- Exercise goal -
Take the data from its first line. Print each line exactly until the line containing "#294=LINE('',#208,#25);" has been printed too.

- Data excerpts -
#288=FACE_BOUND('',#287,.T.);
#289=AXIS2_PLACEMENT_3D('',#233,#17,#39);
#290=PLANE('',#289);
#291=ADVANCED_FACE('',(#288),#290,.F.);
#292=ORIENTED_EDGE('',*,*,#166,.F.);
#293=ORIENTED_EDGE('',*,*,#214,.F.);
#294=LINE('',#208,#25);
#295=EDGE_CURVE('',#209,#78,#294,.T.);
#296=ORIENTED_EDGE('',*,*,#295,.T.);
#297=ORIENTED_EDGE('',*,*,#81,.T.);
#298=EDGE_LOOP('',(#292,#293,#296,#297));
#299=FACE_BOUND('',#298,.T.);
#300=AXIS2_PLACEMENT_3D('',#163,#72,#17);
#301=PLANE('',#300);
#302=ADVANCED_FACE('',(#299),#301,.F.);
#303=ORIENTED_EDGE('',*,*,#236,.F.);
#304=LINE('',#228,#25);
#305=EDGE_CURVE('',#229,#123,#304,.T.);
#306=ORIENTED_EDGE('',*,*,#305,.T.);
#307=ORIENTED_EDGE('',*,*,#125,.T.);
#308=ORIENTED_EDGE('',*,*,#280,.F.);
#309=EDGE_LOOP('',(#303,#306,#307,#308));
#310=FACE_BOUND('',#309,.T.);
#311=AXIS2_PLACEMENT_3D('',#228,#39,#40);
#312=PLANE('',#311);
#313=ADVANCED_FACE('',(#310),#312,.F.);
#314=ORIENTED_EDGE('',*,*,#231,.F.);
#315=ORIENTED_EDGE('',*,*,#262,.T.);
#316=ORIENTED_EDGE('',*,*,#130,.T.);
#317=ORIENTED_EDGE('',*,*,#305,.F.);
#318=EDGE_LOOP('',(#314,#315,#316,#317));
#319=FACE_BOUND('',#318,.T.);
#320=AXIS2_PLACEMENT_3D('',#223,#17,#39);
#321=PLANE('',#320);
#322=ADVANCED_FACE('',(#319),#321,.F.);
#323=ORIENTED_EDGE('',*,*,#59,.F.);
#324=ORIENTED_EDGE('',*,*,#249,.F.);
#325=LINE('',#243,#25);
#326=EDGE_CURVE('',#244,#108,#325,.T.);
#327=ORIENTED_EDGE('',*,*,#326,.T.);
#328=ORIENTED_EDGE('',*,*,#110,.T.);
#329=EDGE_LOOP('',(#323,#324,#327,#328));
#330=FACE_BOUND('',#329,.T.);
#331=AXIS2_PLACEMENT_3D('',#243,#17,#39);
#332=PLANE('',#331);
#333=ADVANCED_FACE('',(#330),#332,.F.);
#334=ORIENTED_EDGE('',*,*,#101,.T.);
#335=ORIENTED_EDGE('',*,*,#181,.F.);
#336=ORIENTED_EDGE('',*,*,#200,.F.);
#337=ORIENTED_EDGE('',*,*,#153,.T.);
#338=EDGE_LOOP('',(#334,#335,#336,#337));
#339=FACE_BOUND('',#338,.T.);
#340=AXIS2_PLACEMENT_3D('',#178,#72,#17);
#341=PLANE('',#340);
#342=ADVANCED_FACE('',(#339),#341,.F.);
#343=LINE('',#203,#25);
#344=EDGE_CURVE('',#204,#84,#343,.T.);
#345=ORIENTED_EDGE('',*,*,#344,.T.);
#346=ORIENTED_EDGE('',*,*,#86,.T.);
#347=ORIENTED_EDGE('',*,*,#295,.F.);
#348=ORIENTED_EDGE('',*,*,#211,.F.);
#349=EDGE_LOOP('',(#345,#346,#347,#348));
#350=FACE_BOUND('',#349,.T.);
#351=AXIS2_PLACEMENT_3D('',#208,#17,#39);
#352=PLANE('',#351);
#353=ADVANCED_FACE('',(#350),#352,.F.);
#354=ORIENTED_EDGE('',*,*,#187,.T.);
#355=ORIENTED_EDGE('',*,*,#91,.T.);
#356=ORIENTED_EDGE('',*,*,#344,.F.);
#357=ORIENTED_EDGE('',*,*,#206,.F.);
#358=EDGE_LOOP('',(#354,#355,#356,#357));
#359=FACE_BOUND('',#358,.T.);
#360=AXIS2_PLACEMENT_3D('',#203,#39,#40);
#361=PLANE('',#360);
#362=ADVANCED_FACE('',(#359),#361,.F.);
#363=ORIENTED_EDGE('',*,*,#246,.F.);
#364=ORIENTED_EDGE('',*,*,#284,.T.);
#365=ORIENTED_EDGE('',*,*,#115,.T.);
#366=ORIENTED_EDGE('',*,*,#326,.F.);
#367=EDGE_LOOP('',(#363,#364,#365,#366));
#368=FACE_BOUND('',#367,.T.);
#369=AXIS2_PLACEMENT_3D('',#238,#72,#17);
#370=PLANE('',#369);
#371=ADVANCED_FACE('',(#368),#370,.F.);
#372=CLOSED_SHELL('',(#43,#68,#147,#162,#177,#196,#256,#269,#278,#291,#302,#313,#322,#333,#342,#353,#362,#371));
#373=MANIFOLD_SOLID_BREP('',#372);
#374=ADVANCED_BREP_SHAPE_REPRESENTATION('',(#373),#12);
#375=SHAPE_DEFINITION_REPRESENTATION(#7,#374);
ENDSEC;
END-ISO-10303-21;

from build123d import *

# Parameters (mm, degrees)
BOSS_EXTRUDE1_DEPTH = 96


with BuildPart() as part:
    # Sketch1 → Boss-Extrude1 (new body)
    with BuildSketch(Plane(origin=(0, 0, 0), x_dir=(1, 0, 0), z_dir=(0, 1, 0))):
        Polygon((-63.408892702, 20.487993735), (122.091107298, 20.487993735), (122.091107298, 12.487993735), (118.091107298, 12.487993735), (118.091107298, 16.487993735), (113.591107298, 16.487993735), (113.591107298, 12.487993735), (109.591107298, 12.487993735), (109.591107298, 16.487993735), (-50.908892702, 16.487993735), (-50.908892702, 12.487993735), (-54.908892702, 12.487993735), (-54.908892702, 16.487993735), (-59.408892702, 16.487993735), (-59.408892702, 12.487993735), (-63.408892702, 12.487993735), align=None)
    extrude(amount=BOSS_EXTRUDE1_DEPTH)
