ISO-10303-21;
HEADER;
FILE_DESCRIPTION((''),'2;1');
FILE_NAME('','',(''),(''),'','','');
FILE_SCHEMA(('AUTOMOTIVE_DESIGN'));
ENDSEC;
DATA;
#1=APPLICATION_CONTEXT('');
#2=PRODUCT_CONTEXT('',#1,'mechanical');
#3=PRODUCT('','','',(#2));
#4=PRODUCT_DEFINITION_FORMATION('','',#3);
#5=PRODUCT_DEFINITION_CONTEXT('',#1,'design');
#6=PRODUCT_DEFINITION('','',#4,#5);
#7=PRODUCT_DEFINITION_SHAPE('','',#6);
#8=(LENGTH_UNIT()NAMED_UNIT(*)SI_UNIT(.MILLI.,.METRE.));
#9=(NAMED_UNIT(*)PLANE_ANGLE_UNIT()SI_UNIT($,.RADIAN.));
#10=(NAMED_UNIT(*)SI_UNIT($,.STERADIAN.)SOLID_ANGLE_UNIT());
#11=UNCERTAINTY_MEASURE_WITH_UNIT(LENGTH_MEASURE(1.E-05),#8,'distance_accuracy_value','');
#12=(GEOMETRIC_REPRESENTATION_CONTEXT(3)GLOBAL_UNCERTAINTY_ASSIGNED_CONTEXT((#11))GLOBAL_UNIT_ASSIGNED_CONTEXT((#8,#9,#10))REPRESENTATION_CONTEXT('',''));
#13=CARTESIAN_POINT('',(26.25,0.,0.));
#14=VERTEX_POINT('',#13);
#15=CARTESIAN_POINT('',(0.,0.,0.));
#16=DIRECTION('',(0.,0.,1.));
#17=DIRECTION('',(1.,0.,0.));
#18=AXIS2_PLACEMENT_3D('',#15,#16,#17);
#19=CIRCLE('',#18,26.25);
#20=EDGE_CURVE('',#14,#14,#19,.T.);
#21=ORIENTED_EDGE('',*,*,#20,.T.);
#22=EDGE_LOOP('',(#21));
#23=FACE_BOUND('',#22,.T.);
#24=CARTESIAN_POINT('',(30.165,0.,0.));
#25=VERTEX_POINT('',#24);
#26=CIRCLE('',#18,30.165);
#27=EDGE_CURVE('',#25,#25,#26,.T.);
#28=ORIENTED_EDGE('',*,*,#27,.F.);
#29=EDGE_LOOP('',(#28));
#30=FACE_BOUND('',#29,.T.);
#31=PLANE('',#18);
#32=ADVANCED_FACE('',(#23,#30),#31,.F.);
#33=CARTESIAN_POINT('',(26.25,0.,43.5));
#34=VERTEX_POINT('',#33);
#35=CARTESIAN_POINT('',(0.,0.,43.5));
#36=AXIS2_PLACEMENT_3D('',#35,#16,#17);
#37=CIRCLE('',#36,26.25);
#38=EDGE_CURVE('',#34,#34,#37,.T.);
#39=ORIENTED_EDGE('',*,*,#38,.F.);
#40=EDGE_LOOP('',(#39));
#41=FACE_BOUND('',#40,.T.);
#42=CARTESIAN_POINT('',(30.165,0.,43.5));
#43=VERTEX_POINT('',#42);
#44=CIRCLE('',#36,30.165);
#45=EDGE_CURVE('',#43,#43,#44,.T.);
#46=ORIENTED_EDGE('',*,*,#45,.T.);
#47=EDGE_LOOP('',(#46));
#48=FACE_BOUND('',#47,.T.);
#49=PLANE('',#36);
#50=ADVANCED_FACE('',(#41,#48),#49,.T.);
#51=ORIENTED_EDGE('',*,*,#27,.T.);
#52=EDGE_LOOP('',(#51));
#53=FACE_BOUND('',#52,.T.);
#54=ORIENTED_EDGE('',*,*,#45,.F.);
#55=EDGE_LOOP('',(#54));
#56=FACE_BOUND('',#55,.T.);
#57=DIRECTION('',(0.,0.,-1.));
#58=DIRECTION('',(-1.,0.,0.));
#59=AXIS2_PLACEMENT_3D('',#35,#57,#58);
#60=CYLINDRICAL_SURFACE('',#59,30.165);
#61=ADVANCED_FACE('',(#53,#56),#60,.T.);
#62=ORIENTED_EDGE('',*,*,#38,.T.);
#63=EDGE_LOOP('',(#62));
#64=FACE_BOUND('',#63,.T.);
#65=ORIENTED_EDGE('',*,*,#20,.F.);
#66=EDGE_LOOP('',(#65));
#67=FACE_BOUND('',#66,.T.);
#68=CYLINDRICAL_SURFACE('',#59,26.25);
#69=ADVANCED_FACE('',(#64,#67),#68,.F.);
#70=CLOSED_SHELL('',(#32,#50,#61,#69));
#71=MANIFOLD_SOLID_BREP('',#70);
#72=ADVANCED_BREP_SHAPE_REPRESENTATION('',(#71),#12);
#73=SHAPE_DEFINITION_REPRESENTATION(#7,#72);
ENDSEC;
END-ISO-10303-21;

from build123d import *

# Parameters (mm, degrees)
CROQUIS1_R              = 30.165
CROQUIS1_R_2            = 26.25
SALIENTE_EXTRUIR1_DEPTH = 43.5


with BuildPart() as part:
    # Croquis1 → Saliente-Extruir1 (new body)
    with BuildSketch(Plane.XY):
        Circle(CROQUIS1_R)
        Circle(CROQUIS1_R_2, mode=Mode.SUBTRACT)
    extrude(amount=SALIENTE_EXTRUIR1_DEPTH)


solid = part.part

- Your response -
#288=FACE_BOUND('',#287,.T.);
#289=AXIS2_PLACEMENT_3D('',#233,#17,#39);
#290=PLANE('',#289);
#291=ADVANCED_FACE('',(#288),#290,.F.);
#292=ORIENTED_EDGE('',*,*,#166,.F.);
#293=ORIENTED_EDGE('',*,*,#214,.F.);
#294=LINE('',#208,#25);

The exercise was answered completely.